Prendiamo come esempio Land (2018) di Babak Jalali, in uscita proprio questa settimana. Ad un tappeto sonoro, anche qui tenuto, ma più discreto, si uniscono i suoni delle bici, del vento, del sorseggiare degli indiani dalle lattine di birra: un suono che connota l’intera vicenda. I dialoghi sono i veri protagonisti ed è solo a metà trailer che viene introdotta una vera componente musicale, che molte volte per i trailer drammatici corrisponde ad una canzone già nota o evocativa, in questo caso folk, suonata in acustico, con una chitarra ed un’armonica. Per Tramonto (2018) invece, ai suoni ambientali, fondamentali anche nel film, si sovrappongono solamente degli archi, che però si comportano diversamente che per Glass: per i quasi due minuti di trailer sono suonate solo tre note, lunghissime, un intervallo di terza minore ascendente e uno di seconda minore discente nel finale, che non suonano particolarmente “tesi”, ma danno quella sensazione di irresolutezza e mancanza di direzione che connotano la protagonista. Il sonoro ha qui quindi una funzione più descrittiva che puramente tensiva.

Ultimo caso, la commedia. L’attrazione qui sta tutta nella giovialità, nell’assurdo, nel ribaltamento di figure sociali arcinote. Qui la componente sonora è molto meno simbolica e funzionale, ha lo stesso ruolo e le stesse caratteristiche formali e timbriche della muzak. La library music spadroneggia: motivi di facile ascolto, sonorità rassicuranti, senza ricerche strumentali, quasi esclusivamente in modo maggiore, con ritmiche sostenute e ballabili. Spesso vengono utilizzati più temi musicali, uno per ciascuna sequenza, con cui si vuole dare senso di euforia e di leggerezza, minimizzando allo stesso tempo l’attesa, la pausa e dichiarando impossibile la noia. Esempio, anche qui senza andare lontano: 10 giorni senza mamma (2019) di Alessandro Genovesi. I temi alternati sono ora disneyani, ora latin, ora teen-pop. Sono assenti suoni ambientali, la commedia del resto è il regno della chiarezza, del calcolo, del tempismo e tutto è sussidiario alla voce e al gesto.
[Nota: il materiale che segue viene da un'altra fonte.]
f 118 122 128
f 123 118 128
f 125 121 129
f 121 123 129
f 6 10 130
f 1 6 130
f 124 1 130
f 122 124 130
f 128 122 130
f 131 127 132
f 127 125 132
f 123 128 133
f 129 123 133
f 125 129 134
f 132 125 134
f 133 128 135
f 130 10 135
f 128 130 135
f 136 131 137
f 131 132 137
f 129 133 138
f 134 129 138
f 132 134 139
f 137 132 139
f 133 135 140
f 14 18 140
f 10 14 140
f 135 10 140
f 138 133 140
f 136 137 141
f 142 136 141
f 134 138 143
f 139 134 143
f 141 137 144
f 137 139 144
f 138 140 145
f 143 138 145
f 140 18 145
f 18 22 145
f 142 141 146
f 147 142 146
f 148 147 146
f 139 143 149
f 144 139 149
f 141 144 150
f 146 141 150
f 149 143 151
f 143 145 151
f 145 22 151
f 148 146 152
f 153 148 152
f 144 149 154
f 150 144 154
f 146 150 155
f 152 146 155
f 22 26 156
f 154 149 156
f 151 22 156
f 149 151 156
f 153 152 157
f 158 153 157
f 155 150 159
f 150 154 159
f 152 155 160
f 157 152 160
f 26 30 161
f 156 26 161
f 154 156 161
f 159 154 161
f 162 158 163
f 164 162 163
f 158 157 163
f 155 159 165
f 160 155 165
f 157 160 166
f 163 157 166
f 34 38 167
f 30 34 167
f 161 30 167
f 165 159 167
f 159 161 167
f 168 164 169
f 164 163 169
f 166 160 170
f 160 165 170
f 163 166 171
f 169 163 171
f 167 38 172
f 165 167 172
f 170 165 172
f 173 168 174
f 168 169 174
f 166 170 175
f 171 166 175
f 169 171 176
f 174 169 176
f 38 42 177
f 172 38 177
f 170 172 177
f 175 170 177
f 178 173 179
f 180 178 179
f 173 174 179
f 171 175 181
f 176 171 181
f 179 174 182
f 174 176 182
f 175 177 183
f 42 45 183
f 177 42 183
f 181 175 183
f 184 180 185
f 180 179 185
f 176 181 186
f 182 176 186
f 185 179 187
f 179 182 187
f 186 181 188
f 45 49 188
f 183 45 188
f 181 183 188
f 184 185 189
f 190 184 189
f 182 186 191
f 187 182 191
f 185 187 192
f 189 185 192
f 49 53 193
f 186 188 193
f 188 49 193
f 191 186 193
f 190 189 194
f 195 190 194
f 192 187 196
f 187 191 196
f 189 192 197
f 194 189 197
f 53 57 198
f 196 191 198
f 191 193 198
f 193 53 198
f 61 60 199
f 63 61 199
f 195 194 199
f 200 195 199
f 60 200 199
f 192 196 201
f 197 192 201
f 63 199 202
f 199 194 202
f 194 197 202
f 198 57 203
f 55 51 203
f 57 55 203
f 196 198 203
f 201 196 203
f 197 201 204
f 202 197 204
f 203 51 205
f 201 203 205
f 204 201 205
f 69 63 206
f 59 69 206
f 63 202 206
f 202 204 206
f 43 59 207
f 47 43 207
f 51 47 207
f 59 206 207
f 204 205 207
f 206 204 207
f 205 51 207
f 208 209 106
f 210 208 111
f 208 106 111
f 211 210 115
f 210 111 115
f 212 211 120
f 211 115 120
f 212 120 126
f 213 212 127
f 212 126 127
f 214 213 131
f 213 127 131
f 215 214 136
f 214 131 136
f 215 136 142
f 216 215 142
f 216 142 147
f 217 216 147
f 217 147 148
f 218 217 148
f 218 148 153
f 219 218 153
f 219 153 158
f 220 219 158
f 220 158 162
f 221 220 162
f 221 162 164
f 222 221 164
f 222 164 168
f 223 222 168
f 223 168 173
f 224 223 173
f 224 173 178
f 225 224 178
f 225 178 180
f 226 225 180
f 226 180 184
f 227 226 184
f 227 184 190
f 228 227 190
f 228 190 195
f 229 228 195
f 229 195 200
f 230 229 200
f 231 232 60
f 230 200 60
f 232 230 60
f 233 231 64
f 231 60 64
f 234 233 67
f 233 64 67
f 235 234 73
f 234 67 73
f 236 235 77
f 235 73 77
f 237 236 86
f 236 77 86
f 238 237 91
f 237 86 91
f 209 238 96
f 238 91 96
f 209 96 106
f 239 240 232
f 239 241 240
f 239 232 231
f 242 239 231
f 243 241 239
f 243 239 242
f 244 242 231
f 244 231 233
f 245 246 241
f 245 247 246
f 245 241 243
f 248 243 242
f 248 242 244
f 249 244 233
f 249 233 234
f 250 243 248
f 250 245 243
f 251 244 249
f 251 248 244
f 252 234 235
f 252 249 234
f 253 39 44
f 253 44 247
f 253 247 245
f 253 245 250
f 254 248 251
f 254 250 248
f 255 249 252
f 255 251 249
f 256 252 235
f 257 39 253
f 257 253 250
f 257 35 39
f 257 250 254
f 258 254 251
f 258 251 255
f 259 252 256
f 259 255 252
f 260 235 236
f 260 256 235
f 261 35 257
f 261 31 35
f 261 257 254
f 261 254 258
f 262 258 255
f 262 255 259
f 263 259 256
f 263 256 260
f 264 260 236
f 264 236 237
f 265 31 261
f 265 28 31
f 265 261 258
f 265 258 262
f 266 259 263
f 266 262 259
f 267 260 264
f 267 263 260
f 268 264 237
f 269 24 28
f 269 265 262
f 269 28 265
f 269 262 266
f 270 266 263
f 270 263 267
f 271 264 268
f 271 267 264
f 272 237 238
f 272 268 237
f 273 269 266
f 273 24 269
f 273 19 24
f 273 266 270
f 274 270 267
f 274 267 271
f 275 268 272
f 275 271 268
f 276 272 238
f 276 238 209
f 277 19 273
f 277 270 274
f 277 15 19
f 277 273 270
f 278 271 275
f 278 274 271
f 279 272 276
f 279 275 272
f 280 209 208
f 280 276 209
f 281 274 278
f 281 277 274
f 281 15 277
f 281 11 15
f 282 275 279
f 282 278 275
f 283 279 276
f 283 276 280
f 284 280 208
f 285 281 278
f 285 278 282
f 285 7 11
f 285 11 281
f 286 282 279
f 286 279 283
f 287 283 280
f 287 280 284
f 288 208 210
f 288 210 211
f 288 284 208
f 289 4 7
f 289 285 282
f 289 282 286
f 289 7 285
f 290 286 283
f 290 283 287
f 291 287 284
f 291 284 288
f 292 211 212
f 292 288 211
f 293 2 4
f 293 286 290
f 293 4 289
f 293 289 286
Se la musica si ferma è solo per sottolineare una posa o una battuta, prima di ripartire con carica ancora maggiore. Le voci sono vivaci, sovrapposte, esasperate, frenetiche, visitano più registri tanto da divenire parossistiche e addirittura, sul finale, la voce del protagonista è deformata da una protesi dentale che lo rende, secondo il principio comico, inadatto e fuori posto. È l’anticipo di una gag sonora, come raramente se ne vedono.
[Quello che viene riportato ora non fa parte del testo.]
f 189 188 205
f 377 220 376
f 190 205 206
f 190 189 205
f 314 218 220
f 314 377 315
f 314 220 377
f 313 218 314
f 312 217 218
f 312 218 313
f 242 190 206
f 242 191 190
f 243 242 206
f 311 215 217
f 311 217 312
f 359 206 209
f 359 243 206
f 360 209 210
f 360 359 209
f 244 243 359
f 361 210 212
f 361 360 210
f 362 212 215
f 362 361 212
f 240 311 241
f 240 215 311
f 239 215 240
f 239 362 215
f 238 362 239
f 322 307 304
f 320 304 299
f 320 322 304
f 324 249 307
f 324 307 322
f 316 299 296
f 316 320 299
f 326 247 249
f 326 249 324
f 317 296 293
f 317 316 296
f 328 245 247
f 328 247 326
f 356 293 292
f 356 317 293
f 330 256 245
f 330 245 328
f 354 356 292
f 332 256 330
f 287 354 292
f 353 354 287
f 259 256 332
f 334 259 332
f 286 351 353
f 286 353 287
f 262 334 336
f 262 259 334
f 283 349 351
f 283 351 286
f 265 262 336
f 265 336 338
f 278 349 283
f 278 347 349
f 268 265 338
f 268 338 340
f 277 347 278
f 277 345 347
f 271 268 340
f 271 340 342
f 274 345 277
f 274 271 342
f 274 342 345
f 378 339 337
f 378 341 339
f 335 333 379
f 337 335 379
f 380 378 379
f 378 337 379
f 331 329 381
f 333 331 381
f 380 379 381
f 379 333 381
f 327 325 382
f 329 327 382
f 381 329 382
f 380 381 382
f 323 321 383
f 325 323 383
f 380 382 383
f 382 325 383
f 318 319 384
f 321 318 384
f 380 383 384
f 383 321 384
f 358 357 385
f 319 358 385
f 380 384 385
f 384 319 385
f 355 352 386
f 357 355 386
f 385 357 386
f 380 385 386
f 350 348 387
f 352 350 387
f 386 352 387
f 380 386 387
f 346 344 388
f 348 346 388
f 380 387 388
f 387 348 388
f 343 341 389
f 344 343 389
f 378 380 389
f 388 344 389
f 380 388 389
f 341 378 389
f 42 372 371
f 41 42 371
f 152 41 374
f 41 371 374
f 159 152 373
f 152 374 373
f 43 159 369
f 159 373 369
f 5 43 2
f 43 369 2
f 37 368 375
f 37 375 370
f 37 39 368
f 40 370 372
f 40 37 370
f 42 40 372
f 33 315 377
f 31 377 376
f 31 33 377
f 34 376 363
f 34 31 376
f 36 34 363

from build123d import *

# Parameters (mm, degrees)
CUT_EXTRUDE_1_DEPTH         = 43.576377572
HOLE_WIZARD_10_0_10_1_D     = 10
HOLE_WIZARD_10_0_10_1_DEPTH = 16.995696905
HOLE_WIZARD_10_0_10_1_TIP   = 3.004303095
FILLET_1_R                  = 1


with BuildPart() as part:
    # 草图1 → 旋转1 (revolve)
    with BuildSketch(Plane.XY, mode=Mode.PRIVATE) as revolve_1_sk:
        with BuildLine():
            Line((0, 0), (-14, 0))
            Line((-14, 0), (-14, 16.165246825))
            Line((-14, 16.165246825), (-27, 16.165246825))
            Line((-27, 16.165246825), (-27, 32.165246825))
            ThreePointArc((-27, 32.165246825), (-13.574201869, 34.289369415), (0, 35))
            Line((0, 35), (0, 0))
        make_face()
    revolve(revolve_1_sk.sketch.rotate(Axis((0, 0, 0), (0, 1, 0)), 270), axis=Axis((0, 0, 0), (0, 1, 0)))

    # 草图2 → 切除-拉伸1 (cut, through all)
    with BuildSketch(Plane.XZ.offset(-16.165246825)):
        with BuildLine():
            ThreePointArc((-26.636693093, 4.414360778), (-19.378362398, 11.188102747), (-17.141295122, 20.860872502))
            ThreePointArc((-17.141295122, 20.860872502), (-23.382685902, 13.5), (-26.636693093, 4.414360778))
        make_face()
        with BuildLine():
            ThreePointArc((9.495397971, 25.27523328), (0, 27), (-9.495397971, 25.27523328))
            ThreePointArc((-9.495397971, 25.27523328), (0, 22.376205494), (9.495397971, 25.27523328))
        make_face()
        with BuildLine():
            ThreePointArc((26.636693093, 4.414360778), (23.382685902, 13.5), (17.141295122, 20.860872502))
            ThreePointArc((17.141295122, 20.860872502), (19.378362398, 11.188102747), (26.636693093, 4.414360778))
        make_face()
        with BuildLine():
Le eccezioni a questa classificazione esistono immancabilmente, ma ciò non toglie che il grosso dei trailer si sia fossilizzato in una maniera perlopiù indifferente al contenuto, che anzi quasi ostenta la sua settorialità rimarcando confini anacronistici tra i generi e, soprattutto, immeritatamente, tra gli spettatori. Continueremo a indagare.